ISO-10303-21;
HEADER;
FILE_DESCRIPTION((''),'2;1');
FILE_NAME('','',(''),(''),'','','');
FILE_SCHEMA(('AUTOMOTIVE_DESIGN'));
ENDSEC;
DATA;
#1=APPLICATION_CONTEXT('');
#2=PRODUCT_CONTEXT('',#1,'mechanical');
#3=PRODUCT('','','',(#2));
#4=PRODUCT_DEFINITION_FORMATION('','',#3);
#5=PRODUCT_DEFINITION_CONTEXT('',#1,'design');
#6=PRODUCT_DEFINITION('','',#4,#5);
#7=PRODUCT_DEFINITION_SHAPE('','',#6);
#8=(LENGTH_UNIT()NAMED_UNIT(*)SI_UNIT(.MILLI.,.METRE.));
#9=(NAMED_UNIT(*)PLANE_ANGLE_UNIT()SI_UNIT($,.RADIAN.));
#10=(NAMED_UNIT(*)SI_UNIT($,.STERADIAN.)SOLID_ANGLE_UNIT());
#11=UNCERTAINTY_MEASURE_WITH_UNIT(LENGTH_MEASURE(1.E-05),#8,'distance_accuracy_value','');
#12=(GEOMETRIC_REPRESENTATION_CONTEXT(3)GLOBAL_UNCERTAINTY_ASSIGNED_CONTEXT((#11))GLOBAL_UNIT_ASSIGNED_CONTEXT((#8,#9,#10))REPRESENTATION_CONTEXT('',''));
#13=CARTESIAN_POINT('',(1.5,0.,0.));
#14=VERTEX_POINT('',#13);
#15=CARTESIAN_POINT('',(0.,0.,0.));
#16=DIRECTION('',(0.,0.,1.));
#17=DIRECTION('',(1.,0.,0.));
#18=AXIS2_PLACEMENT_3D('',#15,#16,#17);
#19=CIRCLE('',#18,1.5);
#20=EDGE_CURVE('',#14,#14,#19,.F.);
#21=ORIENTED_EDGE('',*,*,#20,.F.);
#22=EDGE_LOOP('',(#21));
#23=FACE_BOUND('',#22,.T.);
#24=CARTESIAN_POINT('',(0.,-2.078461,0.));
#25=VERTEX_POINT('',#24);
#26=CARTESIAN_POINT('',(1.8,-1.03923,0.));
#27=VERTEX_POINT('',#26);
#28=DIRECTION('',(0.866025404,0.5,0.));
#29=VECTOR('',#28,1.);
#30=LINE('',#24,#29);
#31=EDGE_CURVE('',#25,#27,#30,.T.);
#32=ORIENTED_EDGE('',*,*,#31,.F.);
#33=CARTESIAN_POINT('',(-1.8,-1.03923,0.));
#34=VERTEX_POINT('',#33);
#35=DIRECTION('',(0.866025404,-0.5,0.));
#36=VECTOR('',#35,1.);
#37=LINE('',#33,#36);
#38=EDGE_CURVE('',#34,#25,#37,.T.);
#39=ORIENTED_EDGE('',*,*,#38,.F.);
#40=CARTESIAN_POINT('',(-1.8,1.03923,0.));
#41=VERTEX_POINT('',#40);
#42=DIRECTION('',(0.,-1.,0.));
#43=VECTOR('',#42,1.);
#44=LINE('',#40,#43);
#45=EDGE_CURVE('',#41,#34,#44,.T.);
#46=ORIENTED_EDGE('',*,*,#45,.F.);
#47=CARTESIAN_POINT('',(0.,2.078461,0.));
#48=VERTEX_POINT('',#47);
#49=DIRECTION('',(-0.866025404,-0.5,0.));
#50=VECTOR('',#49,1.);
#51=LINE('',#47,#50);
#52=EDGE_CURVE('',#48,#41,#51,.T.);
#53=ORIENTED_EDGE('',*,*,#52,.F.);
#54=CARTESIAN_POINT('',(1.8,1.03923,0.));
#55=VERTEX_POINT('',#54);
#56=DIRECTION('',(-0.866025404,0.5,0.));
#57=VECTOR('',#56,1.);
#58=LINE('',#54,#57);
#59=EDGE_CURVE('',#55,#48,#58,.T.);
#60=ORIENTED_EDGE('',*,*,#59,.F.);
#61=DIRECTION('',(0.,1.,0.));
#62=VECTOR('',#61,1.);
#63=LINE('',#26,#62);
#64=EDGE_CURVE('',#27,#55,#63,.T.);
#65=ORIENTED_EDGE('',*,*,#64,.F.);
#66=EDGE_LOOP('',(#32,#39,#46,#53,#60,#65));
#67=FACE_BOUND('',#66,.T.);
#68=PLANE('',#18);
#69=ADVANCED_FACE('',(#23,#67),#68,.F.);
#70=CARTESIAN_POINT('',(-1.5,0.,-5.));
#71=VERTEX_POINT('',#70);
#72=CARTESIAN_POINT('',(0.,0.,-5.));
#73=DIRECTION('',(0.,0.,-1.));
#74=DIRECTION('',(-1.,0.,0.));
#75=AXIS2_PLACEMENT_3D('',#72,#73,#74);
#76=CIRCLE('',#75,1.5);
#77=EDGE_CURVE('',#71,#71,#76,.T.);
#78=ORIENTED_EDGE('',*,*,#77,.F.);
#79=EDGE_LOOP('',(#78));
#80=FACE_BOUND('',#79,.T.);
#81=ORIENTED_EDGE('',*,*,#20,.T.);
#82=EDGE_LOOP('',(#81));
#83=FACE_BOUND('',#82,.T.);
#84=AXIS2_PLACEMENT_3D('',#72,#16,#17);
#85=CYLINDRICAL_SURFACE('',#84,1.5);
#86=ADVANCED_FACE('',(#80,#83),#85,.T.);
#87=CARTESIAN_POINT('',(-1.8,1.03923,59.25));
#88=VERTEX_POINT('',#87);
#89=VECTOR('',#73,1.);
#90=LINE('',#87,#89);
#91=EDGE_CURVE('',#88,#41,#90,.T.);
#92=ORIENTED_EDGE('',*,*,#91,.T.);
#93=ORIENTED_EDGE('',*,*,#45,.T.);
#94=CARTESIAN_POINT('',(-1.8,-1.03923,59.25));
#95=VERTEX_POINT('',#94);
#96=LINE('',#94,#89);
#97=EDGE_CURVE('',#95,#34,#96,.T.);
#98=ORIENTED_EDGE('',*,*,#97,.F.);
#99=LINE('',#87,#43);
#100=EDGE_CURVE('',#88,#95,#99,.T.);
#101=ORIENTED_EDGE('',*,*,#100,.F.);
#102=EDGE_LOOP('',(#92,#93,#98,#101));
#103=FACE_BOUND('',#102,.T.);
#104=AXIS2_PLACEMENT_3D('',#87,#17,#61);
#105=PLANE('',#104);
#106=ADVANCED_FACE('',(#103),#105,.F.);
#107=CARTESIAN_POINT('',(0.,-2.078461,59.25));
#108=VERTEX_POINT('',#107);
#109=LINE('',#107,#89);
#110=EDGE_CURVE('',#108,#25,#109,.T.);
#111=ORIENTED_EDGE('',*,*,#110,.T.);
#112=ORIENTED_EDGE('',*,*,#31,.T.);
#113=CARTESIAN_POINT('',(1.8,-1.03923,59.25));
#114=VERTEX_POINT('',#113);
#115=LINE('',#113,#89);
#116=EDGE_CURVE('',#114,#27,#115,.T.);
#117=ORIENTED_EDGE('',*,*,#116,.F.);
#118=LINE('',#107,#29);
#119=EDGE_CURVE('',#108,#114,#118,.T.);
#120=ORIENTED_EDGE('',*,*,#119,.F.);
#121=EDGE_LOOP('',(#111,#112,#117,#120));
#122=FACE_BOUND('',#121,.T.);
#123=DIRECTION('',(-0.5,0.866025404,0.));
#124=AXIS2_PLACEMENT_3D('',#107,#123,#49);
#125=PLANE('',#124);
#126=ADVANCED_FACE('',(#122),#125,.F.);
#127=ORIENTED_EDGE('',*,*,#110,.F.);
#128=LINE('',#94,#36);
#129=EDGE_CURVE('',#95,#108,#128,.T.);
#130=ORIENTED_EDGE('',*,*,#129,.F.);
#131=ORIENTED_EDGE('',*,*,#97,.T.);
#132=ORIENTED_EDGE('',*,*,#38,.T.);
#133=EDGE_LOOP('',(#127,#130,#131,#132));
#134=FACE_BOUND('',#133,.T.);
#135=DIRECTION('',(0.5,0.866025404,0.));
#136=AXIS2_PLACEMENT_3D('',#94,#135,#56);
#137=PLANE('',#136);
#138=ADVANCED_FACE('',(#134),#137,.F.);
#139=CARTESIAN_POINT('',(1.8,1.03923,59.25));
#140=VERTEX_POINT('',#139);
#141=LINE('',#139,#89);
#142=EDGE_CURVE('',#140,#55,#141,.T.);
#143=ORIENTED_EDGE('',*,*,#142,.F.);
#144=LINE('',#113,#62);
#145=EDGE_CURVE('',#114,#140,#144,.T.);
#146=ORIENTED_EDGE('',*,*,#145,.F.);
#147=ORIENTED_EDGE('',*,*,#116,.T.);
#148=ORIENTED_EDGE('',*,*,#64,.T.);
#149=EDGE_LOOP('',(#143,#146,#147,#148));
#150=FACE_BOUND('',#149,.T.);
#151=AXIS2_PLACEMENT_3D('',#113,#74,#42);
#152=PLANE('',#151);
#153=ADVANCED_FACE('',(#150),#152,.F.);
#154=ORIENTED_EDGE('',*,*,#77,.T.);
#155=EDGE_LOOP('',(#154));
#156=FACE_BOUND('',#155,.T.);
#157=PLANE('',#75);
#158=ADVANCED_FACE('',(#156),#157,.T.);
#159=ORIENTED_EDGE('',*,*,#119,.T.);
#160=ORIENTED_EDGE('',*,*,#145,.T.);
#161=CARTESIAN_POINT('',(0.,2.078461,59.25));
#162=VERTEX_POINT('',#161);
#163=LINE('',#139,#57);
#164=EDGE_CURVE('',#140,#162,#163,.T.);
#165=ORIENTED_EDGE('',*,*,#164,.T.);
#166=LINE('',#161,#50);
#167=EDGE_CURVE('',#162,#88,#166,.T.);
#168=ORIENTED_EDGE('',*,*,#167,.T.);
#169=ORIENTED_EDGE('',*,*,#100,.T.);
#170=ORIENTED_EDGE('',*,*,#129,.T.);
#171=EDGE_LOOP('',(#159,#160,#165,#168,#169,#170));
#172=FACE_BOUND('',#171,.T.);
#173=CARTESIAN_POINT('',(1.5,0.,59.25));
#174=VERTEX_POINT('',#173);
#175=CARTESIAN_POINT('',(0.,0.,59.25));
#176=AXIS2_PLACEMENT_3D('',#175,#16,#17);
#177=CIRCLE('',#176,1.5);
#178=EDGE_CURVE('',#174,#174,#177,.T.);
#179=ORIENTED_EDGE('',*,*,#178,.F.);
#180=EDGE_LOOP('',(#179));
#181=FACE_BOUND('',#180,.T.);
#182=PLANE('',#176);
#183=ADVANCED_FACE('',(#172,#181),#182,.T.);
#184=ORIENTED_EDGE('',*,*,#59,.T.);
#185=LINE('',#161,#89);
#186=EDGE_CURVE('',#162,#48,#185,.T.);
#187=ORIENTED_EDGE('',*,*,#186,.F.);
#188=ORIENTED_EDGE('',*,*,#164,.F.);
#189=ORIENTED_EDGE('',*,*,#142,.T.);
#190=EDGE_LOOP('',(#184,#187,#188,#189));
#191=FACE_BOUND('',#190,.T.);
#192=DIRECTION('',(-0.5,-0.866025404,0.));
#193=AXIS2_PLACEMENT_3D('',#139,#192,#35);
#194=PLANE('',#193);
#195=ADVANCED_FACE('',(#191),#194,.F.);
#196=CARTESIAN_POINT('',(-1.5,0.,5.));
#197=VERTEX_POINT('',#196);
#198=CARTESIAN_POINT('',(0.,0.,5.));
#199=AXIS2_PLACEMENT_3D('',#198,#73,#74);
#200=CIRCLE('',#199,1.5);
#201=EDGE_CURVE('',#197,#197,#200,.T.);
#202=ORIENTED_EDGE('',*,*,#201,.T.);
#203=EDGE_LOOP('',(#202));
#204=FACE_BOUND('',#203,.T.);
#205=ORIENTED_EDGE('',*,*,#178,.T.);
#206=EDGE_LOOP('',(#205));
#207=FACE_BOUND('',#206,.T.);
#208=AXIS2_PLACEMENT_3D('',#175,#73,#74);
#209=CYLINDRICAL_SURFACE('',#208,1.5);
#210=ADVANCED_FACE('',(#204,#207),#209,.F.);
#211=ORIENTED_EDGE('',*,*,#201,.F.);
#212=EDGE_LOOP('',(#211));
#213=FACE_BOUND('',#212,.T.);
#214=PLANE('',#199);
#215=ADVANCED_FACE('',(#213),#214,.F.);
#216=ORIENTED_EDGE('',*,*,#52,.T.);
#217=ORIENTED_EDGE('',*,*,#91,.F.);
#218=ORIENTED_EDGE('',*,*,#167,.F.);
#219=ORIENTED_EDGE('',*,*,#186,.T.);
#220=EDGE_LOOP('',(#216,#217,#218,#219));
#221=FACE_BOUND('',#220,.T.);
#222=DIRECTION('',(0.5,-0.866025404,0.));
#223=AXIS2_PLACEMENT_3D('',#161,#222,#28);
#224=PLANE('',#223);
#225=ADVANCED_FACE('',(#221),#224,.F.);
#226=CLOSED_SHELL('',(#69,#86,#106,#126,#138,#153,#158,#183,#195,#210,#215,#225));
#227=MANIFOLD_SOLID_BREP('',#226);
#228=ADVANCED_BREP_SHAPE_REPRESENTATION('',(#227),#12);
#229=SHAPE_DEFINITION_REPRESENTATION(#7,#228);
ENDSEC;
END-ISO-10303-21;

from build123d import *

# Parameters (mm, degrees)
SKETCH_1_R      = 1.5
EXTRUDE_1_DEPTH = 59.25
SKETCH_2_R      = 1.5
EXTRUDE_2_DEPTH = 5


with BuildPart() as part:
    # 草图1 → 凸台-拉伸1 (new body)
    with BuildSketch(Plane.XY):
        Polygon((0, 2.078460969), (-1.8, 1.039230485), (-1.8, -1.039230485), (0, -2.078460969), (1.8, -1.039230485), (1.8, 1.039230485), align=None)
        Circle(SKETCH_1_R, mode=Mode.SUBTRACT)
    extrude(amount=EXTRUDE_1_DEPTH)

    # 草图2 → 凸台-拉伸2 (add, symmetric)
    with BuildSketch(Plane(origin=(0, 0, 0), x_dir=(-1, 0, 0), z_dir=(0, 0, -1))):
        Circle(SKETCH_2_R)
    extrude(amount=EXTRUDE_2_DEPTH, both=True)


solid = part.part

* * *

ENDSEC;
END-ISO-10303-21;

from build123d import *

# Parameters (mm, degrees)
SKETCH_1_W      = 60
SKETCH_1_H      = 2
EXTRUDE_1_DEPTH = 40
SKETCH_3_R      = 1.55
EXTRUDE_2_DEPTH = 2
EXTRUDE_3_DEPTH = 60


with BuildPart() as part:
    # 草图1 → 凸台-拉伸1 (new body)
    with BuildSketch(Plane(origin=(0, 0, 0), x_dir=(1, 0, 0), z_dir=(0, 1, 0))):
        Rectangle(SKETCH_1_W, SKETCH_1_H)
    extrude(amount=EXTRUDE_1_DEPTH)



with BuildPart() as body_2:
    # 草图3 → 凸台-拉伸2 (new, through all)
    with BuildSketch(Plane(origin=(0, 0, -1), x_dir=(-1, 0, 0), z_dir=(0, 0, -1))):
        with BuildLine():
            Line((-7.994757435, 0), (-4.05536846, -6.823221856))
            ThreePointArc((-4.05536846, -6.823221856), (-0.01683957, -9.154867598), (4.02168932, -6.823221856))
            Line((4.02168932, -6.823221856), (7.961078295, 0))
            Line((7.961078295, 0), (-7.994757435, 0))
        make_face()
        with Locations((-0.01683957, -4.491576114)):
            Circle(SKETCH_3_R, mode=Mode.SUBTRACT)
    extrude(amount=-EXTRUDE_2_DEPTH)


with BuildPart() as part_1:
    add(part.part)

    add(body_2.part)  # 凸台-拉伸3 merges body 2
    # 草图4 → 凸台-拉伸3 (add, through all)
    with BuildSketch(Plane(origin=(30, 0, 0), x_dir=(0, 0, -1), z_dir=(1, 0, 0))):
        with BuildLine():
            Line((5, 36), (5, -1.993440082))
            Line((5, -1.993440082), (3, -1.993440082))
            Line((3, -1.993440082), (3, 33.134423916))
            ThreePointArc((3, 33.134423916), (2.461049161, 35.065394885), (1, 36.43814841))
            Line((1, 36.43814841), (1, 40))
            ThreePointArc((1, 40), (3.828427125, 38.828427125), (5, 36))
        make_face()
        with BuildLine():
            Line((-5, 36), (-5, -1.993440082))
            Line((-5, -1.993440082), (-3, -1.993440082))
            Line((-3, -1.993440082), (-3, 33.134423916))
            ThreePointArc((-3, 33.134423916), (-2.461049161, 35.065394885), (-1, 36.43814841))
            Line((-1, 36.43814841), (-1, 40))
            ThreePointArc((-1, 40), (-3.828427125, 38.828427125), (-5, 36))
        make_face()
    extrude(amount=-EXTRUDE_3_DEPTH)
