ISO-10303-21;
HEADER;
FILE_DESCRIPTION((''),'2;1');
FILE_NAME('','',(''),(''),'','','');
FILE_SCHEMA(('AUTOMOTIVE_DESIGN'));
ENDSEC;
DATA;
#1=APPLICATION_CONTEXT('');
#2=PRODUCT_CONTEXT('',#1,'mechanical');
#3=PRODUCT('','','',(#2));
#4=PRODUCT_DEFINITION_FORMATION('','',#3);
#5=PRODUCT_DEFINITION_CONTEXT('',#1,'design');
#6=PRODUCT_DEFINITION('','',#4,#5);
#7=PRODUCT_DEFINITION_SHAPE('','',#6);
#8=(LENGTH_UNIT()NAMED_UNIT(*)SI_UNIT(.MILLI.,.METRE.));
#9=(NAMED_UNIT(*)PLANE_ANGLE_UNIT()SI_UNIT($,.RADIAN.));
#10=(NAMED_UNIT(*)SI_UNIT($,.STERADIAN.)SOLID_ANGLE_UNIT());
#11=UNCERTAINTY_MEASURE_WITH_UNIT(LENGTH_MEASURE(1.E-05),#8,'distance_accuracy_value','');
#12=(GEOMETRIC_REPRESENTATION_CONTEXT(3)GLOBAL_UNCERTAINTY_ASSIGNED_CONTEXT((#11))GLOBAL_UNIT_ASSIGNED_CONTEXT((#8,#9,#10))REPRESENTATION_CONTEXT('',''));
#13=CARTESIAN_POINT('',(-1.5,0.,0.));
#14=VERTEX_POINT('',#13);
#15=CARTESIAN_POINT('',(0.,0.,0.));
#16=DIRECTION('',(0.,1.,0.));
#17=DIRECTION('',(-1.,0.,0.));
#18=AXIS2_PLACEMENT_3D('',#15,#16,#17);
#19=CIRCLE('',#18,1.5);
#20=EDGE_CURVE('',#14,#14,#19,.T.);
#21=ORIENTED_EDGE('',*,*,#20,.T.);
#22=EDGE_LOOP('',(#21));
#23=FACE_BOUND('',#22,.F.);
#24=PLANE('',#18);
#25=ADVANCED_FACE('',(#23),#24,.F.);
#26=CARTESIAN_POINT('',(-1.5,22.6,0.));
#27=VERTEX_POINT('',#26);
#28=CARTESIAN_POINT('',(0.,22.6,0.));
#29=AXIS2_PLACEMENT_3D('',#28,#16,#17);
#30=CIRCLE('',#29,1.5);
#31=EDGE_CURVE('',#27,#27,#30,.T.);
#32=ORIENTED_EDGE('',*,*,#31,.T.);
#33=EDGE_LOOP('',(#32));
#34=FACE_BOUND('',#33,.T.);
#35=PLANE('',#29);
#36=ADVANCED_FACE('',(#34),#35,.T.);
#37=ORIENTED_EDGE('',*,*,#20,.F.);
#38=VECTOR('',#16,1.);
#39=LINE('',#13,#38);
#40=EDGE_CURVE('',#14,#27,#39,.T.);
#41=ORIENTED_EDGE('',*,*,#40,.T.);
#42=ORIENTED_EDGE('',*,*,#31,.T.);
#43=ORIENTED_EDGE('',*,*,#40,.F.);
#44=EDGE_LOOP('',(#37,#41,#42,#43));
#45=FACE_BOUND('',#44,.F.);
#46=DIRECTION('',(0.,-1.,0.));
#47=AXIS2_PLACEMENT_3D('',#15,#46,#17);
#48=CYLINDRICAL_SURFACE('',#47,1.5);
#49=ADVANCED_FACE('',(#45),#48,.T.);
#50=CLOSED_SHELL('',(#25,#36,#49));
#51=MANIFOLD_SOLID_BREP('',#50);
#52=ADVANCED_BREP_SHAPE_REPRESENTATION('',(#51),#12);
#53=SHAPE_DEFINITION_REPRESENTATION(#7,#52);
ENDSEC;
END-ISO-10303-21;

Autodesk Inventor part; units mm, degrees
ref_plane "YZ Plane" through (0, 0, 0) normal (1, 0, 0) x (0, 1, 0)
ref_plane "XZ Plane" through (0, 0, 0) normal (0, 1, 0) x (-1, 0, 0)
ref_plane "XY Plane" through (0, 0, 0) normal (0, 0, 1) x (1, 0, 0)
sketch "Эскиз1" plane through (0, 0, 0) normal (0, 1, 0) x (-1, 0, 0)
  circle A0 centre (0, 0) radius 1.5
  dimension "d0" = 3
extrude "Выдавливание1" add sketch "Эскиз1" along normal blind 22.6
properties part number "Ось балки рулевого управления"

§ Action item:
From the records above, reproduce exactly the lines from the one with "#87=CARTESIAN_POINT('',(-1.8,1.03923,59.25));" to the one with "#109=LINE('',#107,#89);", both included, and no others.

§ Solution for this exercise:
#87=CARTESIAN_POINT('',(-1.8,1.03923,59.25));
#88=VERTEX_POINT('',#87);
#89=VECTOR('',#73,1.);
#90=LINE('',#87,#89);
#91=EDGE_CURVE('',#88,#41,#90,.T.);
#92=ORIENTED_EDGE('',*,*,#91,.T.);
#93=ORIENTED_EDGE('',*,*,#45,.T.);
#94=CARTESIAN_POINT('',(-1.8,-1.03923,59.25));
#95=VERTEX_POINT('',#94);
#96=LINE('',#94,#89);
#97=EDGE_CURVE('',#95,#34,#96,.T.);
#98=ORIENTED_EDGE('',*,*,#97,.F.);
#99=LINE('',#87,#43);
#100=EDGE_CURVE('',#88,#95,#99,.T.);
#101=ORIENTED_EDGE('',*,*,#100,.F.);
#102=EDGE_LOOP('',(#92,#93,#98,#101));
#103=FACE_BOUND('',#102,.T.);
#104=AXIS2_PLACEMENT_3D('',#87,#17,#61);
#105=PLANE('',#104);
#106=ADVANCED_FACE('',(#103),#105,.F.);
#107=CARTESIAN_POINT('',(0.,-2.078461,59.25));
#108=VERTEX_POINT('',#107);
#109=LINE('',#107,#89);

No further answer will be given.